═══ Data extracts
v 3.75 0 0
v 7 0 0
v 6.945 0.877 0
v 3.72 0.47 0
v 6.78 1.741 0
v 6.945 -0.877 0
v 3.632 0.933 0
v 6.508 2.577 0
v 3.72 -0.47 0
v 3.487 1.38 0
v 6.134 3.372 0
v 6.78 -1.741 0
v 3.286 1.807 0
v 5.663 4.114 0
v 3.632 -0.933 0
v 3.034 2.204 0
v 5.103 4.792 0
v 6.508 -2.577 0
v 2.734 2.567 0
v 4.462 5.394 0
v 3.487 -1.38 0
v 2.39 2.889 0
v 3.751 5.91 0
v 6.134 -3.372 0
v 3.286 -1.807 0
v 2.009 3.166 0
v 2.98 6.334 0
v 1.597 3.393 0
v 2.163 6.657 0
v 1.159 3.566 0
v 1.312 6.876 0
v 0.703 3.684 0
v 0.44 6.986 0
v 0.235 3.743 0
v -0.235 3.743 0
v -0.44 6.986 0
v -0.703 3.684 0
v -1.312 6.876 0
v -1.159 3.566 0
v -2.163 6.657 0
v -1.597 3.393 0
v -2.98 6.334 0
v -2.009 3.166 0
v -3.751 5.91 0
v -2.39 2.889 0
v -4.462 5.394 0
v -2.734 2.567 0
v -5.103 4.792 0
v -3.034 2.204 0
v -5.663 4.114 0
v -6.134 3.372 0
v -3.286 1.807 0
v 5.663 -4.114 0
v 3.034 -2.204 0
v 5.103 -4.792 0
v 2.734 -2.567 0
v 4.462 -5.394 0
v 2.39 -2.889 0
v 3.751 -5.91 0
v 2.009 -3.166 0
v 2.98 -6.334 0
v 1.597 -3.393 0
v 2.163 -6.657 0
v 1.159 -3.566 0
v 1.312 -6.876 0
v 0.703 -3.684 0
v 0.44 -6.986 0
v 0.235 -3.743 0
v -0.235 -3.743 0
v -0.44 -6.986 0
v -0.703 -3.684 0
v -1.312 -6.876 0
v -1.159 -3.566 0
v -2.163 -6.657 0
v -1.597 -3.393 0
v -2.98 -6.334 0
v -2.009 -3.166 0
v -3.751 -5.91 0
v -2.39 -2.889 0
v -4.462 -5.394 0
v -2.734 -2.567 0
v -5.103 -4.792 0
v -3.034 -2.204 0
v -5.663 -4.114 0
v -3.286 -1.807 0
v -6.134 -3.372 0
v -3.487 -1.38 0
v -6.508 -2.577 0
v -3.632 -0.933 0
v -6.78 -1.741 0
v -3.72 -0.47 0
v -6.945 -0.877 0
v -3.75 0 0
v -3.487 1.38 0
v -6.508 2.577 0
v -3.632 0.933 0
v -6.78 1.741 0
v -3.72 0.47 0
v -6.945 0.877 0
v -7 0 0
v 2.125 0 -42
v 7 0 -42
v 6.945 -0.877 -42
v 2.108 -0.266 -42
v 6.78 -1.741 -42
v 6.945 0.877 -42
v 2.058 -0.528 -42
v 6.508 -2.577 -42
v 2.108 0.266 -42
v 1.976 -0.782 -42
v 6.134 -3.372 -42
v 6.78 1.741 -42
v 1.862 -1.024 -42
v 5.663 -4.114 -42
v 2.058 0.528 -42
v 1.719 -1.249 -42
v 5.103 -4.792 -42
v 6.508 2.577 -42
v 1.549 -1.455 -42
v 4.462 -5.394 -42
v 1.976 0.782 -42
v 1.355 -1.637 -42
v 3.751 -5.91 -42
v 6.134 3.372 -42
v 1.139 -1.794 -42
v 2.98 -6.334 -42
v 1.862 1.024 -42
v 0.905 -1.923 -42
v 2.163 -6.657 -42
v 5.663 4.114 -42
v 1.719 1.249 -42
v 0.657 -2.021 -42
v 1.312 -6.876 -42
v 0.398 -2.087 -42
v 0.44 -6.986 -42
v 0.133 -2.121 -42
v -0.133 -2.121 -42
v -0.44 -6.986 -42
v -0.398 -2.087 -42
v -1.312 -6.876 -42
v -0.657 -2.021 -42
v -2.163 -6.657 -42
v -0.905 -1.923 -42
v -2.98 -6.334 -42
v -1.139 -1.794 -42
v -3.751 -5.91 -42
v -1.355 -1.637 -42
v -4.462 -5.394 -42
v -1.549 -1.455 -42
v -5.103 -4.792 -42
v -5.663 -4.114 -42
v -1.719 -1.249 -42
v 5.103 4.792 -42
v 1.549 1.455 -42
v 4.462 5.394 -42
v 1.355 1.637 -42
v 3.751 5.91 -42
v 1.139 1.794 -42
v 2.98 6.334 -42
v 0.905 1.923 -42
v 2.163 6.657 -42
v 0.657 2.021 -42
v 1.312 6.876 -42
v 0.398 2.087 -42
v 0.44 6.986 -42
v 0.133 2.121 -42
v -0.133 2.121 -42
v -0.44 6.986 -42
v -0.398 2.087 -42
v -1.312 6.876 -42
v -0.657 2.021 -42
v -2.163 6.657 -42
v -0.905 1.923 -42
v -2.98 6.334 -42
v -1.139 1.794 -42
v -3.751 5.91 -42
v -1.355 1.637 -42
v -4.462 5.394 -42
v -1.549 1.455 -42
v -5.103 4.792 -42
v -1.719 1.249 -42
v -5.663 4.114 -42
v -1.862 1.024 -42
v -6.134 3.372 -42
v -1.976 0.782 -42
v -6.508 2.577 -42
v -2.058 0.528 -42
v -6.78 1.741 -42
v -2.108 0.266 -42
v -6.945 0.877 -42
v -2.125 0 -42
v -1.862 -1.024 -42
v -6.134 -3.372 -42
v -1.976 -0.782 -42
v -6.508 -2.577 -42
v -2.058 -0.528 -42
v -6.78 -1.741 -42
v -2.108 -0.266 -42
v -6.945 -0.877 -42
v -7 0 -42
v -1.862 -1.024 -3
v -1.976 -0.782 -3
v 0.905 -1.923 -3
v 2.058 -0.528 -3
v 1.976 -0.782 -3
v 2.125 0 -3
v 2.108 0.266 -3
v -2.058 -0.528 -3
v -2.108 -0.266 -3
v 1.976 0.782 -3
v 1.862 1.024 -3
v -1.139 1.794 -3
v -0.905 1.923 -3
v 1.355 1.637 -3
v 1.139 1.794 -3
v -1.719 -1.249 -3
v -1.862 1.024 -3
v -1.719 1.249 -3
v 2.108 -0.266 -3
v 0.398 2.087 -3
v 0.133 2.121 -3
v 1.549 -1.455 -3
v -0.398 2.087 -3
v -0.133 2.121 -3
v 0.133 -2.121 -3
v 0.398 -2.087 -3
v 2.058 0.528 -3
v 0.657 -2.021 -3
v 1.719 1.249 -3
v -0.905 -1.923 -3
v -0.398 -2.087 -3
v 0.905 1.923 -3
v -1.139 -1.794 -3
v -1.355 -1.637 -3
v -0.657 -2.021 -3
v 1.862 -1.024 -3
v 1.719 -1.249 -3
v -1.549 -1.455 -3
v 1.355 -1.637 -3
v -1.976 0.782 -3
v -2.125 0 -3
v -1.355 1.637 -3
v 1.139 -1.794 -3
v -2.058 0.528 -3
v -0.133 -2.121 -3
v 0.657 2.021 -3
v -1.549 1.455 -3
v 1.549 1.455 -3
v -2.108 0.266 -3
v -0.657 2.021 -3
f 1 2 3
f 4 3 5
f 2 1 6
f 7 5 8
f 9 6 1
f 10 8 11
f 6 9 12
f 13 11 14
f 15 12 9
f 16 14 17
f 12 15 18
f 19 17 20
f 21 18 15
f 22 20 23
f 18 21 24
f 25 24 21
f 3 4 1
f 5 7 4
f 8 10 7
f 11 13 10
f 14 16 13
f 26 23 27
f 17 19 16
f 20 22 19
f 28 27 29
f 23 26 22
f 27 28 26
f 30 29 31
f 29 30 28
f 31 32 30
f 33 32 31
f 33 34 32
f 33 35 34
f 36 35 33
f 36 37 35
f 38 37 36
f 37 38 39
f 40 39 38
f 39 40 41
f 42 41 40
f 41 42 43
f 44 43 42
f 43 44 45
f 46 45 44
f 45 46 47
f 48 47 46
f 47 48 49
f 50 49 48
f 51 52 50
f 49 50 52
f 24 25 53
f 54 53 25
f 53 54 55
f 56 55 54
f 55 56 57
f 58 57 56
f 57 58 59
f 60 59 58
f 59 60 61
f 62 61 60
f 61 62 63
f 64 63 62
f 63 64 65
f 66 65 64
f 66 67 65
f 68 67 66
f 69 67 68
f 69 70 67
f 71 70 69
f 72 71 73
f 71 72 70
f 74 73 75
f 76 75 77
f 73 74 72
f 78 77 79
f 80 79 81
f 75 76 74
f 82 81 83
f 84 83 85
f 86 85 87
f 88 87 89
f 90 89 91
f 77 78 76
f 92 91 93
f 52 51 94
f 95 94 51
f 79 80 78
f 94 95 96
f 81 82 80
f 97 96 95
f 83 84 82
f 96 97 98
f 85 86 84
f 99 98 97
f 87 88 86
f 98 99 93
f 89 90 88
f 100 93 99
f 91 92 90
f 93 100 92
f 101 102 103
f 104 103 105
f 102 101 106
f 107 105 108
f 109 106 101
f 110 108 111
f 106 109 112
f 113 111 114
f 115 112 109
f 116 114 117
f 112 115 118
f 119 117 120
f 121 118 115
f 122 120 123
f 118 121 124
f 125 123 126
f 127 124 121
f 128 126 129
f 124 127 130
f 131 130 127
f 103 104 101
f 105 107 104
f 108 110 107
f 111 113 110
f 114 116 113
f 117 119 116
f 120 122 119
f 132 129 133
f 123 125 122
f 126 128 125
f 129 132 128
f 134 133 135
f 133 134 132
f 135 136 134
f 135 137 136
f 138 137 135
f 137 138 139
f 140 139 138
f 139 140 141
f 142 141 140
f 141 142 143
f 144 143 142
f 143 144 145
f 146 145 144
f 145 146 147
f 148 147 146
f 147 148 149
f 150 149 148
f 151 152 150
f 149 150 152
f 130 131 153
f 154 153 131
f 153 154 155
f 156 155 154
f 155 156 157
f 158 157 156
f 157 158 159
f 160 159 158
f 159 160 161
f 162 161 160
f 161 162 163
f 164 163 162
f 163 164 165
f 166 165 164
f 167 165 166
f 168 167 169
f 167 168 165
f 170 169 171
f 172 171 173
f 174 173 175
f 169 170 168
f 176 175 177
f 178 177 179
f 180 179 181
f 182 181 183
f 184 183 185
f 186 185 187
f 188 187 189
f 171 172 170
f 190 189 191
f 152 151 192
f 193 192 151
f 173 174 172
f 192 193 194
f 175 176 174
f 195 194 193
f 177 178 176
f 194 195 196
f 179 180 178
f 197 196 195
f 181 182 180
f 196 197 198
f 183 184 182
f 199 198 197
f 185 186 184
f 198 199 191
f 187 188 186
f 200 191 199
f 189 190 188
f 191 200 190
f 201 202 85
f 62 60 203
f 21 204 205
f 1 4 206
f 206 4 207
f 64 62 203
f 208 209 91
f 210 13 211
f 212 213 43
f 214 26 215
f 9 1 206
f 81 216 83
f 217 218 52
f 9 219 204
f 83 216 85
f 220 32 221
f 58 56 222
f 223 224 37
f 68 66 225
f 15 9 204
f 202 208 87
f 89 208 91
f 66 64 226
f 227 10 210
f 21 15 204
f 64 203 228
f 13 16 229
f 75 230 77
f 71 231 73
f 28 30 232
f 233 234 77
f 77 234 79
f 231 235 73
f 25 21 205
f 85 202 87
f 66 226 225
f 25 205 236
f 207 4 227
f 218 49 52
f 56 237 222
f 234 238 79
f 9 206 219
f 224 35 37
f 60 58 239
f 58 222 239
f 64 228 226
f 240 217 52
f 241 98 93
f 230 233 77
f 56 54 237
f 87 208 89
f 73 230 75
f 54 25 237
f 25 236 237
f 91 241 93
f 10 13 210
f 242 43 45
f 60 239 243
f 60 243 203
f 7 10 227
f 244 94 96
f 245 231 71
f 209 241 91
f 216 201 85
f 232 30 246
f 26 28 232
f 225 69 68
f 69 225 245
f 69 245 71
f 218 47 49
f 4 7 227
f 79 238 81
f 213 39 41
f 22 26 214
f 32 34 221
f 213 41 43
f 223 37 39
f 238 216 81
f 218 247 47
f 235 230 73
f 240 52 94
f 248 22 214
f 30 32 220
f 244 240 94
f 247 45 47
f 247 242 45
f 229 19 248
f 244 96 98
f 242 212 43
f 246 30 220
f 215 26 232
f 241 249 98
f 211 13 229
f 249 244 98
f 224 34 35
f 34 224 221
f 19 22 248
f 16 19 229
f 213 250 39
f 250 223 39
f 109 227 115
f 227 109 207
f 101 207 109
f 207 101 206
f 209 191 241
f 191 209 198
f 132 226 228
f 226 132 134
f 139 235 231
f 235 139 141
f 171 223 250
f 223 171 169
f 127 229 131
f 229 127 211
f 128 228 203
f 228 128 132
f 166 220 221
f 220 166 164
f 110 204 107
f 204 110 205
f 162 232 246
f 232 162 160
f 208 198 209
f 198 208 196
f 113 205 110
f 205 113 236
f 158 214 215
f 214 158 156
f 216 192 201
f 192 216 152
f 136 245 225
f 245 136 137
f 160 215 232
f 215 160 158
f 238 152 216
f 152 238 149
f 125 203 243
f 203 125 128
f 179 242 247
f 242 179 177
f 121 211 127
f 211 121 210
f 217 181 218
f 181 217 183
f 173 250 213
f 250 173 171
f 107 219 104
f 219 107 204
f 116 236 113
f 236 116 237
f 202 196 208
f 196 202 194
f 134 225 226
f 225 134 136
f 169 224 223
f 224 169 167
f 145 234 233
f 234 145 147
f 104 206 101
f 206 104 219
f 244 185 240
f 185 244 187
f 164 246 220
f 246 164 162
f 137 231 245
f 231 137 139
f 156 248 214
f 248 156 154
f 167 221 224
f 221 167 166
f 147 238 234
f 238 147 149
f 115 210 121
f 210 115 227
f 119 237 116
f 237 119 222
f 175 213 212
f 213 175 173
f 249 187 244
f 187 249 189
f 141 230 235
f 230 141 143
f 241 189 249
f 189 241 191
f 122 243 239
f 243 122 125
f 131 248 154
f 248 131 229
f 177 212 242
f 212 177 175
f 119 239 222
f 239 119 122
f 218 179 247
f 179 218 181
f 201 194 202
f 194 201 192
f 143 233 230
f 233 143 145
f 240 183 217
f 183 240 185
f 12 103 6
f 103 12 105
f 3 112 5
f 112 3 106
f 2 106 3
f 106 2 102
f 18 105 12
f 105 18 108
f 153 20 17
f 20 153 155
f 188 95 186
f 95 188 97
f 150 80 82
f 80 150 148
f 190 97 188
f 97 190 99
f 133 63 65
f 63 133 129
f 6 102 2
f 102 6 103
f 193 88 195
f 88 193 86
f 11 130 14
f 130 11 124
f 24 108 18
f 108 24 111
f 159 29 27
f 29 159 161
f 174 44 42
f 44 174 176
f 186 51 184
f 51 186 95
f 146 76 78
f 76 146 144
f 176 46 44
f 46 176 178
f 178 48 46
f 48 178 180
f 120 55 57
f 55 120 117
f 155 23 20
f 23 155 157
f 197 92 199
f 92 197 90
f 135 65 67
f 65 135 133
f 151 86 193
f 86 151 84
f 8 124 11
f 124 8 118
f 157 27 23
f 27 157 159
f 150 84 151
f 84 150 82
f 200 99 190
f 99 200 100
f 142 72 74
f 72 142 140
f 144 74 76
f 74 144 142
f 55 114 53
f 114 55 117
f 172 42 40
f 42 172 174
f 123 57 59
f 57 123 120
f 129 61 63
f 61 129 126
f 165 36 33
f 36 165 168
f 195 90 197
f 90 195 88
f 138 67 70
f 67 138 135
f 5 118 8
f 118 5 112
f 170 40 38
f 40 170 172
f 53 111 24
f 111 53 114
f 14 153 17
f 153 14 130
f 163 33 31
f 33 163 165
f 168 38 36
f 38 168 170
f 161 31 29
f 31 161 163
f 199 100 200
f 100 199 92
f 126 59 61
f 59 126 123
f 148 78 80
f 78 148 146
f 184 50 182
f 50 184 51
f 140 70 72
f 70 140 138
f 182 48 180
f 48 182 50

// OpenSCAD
$fn = 50;


difference() {
	union() {
		translate(v = [0, 0, -42.0000000000]) {
			cylinder(h = 42, r = 7.0000000000);
		}
		cylinder(h = 0, r = 17.0000000000);
	}
	union() {
		translate(v = [0, 0, 0]) {
			rotate(a = [0, 0, 0]) {
				difference() {
					union() {
						#translate(v = [0, 0, -42.0000000000]) {
							cylinder(h = 42, r = 2.0000000000);
						}
						#translate(v = [0, 0, -3]) {
							cylinder(h = 3, r1 = 2.1250000000, r2 = 3.7500000000);
						}
						#translate(v = [0, 0, -42.0000000000]) {
							cylinder(h = 42, r = 2.1250000000);
						}
						#translate(v = [0, 0, -42.0000000000]) {
							cylinder(h = 42, r = 2.0000000000);
						}
					}
					union();
				}
			}
		}
	}
}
══════
Working from the records above, write out verbatim only the lines from the line containing "v 4.462 5.394 0" through the line containing "v -0.235 3.743 0".

v 4.462 5.394 0
v 3.487 -1.38 0
v 2.39 2.889 0
v 3.751 5.91 0
v 6.134 -3.372 0
v 3.286 -1.807 0
v 2.009 3.166 0
v 2.98 6.334 0
v 1.597 3.393 0
v 2.163 6.657 0
v 1.159 3.566 0
v 1.312 6.876 0
v 0.703 3.684 0
v 0.44 6.986 0
v 0.235 3.743 0
v -0.235 3.743 0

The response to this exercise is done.